While some people love Fall season and look forward to pumpkin spice-everything, Halloween, and the changing of the seasons, I dread it. Every year I miss the chance to say goodbye to Summer because it leaves without notice. No deadline. No date marked on the calendar. One day it’s there, making me sweat. And the next day it’s 60 degrees and I’m begging for 90 degree weather.

Thankfully, with anti depressants and therapy I’m not as apprehensive this year. But it still worries me. There’s something about being exposed to the elements, not being prepared for the cold, unable to protect myself that makes me feel vulnerable. Scared, even. It’s like the darkness and cold of winter speaks directly to my fears.

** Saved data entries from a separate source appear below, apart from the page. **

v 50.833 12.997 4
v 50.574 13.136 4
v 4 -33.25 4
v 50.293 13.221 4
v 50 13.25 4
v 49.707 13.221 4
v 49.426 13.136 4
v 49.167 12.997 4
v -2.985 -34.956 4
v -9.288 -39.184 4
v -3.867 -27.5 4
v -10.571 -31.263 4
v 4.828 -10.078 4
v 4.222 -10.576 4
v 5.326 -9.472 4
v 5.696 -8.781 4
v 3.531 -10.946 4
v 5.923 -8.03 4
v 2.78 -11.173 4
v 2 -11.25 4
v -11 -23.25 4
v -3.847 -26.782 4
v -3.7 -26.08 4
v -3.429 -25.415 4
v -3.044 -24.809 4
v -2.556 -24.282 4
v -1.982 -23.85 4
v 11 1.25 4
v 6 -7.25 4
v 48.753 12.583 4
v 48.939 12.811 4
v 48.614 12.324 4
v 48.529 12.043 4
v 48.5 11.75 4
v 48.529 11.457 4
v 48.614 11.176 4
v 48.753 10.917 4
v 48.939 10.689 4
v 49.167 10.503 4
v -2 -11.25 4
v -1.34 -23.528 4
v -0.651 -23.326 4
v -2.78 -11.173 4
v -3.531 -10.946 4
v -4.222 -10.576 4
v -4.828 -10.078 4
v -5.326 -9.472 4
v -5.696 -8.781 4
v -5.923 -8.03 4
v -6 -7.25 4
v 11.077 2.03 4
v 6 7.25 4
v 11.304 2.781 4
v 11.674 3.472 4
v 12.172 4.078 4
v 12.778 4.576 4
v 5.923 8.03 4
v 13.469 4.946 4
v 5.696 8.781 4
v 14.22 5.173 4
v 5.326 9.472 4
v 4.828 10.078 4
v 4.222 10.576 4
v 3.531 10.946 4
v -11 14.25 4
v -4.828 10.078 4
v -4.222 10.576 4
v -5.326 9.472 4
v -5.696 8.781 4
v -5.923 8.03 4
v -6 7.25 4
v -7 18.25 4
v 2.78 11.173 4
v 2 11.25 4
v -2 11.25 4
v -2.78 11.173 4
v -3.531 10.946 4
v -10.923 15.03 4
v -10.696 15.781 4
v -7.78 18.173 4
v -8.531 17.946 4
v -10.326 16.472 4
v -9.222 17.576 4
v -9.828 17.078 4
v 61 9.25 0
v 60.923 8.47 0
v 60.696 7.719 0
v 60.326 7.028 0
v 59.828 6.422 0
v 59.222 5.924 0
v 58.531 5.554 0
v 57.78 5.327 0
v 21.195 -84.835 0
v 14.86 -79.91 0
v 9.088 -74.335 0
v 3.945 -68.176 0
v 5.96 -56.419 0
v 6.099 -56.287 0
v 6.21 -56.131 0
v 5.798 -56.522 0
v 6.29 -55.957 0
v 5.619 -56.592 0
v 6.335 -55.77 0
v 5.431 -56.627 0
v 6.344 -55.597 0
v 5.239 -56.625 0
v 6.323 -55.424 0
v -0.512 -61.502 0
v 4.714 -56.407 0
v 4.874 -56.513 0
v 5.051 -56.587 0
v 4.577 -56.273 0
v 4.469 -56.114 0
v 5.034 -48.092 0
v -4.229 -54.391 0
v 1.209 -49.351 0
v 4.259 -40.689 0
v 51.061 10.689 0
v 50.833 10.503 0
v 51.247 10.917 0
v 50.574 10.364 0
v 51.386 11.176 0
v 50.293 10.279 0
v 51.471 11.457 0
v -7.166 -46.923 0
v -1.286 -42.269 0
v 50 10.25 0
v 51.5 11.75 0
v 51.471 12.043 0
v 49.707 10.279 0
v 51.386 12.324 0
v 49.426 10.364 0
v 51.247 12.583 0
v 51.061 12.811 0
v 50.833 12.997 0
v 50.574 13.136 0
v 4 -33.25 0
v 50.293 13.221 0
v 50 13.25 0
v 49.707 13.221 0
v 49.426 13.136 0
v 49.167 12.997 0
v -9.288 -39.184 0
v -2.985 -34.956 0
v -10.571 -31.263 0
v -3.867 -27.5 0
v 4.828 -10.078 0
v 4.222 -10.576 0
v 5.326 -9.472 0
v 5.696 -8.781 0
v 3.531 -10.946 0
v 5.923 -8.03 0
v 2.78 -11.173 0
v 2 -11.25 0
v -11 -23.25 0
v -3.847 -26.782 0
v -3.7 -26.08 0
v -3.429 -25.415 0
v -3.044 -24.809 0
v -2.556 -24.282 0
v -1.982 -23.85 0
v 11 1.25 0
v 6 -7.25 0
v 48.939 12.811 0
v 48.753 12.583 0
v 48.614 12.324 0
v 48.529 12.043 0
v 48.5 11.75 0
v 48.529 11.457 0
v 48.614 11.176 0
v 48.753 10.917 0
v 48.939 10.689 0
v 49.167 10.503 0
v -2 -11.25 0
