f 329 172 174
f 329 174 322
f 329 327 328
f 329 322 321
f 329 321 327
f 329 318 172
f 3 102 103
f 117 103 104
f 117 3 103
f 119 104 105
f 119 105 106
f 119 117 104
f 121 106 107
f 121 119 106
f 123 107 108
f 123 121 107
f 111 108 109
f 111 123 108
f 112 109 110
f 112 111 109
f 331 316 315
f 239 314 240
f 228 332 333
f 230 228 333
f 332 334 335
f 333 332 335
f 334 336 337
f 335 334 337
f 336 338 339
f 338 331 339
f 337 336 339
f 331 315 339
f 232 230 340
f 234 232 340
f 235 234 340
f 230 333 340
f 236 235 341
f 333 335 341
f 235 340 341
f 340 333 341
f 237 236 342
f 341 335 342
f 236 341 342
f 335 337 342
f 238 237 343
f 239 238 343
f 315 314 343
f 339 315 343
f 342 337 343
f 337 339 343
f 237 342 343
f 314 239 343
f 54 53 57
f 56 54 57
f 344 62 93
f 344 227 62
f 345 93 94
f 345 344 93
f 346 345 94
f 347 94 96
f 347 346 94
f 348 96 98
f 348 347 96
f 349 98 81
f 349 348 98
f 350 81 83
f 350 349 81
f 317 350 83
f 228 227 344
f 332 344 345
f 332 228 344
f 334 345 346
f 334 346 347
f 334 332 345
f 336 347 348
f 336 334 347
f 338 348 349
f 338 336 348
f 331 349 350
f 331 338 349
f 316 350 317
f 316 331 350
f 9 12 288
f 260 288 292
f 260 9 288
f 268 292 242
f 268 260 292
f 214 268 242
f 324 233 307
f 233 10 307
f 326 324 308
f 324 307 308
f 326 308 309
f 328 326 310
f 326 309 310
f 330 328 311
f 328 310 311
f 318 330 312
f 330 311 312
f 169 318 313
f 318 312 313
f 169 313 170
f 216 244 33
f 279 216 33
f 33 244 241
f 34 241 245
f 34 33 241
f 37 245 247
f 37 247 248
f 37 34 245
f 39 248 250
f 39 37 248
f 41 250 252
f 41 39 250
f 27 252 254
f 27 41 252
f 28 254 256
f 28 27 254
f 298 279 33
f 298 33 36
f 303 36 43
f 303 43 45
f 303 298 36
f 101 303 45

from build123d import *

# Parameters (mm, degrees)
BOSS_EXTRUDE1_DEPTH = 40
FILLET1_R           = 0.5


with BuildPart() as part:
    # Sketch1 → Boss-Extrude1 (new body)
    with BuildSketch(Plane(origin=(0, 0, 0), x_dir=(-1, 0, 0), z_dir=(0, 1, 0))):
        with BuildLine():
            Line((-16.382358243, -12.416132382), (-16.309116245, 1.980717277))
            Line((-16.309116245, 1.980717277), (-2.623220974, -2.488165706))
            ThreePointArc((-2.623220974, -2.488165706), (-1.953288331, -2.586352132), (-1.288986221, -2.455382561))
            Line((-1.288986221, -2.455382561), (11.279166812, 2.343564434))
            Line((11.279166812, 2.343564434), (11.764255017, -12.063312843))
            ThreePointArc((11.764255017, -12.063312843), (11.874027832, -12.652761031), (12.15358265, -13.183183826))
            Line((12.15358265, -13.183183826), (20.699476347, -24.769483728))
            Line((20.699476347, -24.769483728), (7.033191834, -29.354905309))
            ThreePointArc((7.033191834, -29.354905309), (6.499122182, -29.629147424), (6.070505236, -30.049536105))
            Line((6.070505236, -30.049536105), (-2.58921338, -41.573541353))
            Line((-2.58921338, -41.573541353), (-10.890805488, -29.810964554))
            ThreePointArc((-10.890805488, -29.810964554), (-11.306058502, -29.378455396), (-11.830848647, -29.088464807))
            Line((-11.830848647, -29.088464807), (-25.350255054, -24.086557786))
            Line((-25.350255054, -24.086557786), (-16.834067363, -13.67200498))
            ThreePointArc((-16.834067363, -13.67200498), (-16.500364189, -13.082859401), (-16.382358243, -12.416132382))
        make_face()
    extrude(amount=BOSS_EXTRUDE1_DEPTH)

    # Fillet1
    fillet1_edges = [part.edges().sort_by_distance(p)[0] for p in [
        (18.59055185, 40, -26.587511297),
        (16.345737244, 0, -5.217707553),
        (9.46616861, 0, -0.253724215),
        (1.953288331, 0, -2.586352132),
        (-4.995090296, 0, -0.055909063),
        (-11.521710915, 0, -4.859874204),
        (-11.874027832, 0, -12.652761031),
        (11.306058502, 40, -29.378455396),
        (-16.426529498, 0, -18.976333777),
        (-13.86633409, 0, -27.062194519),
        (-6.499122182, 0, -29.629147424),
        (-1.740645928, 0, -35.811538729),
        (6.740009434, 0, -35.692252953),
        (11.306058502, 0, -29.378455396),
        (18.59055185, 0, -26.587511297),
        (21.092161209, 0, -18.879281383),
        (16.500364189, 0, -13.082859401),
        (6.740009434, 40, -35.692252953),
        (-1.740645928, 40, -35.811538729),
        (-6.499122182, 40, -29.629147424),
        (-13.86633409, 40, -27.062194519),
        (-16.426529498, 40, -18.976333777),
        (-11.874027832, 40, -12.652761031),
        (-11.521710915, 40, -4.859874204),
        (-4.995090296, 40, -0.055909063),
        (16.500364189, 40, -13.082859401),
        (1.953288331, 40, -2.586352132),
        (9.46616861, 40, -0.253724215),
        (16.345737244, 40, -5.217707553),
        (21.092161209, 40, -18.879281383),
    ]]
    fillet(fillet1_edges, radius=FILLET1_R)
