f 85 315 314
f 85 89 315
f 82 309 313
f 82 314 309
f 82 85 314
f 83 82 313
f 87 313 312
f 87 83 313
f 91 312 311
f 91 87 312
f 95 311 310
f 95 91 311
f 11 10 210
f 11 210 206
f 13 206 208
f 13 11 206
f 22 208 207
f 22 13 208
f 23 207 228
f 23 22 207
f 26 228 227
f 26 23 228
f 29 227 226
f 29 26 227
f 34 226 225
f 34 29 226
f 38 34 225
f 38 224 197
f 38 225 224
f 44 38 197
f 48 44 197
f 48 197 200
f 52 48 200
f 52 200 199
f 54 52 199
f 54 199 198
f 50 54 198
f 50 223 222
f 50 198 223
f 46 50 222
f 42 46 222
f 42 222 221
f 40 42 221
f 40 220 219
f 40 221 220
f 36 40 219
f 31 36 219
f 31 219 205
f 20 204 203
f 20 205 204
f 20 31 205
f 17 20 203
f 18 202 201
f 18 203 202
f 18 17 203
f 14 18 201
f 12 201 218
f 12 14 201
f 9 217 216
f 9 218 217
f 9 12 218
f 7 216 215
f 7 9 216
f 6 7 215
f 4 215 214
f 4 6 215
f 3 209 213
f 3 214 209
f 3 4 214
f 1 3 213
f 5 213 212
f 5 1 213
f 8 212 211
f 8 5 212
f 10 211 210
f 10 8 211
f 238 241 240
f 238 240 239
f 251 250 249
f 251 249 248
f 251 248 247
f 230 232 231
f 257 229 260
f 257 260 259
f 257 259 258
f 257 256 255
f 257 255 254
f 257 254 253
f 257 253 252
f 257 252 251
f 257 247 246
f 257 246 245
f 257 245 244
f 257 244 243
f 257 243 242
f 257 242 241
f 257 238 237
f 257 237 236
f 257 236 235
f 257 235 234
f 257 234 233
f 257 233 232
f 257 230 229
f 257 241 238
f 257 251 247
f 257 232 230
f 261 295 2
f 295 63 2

I would love to live in a place of warmth and sunshine all year round. I wouldn’t miss the season changes. But right now that’s not a possibility.

I think the best weapon against seasonal depression is being prepared. Buy warm clothing, wear bright colors. Make sure you nourish your body with happy things. Prepare yourself for the cold that is coming and know that it’ll soon pass.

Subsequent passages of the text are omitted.